◆ **Extracted records**
◇ ◇ ◇
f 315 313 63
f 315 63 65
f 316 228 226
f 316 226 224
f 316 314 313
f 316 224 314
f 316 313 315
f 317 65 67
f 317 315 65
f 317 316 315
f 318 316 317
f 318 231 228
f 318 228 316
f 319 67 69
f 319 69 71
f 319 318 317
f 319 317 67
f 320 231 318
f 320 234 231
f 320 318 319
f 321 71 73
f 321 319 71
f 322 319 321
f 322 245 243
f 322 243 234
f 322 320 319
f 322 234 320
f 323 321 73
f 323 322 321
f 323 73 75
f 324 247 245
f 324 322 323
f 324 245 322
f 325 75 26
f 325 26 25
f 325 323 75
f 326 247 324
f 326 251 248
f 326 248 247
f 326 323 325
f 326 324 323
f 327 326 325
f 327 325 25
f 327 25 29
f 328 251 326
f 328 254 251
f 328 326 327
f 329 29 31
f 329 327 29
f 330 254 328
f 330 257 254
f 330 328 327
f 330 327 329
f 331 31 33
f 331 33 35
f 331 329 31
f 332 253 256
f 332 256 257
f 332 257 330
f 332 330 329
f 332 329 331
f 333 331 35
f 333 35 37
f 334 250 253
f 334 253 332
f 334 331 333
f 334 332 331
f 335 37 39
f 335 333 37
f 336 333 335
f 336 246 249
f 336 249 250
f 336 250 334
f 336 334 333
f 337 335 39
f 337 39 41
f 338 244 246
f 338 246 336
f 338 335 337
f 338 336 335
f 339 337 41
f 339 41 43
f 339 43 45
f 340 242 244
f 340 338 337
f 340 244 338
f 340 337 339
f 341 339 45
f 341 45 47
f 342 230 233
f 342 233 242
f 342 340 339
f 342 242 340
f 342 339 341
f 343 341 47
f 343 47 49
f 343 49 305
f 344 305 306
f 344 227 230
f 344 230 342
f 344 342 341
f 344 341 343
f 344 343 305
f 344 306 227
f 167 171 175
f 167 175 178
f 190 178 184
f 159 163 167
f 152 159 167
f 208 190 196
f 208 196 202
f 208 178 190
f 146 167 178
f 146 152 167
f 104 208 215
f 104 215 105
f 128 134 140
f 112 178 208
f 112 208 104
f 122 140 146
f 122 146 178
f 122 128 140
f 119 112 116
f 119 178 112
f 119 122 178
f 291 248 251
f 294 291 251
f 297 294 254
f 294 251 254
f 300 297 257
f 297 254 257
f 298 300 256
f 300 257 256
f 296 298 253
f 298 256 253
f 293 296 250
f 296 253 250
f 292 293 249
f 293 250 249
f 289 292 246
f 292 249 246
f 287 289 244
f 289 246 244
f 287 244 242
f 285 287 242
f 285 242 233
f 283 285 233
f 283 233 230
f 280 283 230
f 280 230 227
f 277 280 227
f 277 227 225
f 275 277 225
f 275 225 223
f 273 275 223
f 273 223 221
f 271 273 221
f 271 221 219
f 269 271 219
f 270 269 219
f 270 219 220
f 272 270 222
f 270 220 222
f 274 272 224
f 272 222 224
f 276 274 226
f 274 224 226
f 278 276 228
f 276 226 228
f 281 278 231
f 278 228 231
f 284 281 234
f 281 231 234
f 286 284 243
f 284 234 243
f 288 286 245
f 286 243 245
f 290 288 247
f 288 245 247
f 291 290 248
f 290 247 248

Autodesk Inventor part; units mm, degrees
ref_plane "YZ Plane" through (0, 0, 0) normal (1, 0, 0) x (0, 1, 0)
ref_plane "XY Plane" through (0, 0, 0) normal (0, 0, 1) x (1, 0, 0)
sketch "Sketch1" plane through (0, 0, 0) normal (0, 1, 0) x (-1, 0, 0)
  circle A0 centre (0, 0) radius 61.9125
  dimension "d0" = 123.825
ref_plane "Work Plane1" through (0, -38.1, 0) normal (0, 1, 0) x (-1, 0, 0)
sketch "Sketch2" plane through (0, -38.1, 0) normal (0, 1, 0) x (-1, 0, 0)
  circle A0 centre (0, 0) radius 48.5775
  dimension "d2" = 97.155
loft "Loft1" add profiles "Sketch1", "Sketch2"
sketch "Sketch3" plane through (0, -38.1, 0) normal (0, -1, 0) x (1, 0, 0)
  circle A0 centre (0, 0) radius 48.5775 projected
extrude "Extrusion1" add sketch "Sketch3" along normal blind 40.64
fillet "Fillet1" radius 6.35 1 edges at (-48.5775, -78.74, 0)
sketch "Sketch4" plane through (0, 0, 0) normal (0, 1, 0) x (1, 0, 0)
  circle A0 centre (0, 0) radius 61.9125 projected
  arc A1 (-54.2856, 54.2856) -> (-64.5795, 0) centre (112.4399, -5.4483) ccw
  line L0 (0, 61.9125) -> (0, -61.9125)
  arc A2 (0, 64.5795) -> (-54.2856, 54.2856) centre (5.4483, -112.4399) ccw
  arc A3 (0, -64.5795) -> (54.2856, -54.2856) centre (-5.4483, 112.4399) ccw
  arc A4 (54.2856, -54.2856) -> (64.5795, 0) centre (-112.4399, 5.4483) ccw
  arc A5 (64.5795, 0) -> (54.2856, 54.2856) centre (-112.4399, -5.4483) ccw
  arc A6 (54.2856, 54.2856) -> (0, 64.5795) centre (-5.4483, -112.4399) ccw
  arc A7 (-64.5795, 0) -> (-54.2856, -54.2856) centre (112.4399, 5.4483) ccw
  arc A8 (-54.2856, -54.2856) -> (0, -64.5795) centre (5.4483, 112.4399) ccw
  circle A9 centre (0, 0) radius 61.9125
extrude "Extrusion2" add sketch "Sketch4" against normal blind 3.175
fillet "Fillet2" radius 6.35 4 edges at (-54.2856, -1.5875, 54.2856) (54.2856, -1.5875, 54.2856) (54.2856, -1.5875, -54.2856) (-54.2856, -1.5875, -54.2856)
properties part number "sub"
◇ ◇ ◇
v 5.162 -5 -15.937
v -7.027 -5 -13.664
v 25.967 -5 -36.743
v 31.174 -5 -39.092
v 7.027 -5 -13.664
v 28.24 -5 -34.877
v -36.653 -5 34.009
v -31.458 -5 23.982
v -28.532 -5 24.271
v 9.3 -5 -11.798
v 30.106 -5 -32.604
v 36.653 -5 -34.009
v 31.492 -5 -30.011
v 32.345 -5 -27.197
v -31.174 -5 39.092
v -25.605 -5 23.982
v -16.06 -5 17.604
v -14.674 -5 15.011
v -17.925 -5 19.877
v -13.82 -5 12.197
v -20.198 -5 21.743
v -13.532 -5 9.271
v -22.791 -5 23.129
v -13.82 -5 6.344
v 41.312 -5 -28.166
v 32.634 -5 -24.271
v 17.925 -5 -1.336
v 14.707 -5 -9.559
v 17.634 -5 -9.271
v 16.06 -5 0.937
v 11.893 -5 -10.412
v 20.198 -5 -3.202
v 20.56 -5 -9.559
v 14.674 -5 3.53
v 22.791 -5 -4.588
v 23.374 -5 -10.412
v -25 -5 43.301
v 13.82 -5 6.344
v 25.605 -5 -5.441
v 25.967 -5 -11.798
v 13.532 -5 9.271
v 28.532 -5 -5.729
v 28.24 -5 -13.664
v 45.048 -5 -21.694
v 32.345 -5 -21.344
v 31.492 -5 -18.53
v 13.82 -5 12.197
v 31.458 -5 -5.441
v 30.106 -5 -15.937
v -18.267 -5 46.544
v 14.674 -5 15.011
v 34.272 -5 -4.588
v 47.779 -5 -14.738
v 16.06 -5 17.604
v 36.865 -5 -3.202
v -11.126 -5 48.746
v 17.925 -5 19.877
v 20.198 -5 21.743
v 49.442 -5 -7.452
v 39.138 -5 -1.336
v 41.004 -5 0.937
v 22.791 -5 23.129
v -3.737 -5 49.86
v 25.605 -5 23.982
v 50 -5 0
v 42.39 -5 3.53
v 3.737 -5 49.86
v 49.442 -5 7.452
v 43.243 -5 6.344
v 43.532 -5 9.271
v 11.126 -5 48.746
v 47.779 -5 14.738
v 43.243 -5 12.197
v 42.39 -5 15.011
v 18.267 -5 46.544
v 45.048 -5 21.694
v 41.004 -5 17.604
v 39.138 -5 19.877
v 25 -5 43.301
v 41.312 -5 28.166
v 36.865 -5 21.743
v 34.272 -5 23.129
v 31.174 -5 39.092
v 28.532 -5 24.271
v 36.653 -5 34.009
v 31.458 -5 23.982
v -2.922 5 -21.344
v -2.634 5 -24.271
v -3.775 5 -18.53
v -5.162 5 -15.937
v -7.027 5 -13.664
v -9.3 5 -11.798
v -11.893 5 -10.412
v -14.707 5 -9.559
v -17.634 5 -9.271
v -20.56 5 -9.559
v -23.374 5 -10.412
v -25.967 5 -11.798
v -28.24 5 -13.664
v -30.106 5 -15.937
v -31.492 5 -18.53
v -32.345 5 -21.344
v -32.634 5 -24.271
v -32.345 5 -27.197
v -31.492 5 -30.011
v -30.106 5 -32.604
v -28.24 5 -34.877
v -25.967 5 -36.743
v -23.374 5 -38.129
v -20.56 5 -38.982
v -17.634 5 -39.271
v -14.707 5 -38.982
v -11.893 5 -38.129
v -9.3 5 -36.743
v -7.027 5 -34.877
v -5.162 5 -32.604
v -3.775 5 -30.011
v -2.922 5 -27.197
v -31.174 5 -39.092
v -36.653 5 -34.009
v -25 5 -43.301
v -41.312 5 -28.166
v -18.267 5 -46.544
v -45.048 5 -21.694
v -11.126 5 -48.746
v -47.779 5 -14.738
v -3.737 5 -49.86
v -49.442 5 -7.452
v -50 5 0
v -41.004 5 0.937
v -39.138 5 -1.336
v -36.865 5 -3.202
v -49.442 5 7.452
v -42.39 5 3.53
◇ ◇ ◇
◆ **THE PROBLEM**
Search the entries for the string "dimension" and collect each line that has it.

◆ **RESULT**
  dimension "d0" = 123.825
  dimension "d2" = 97.155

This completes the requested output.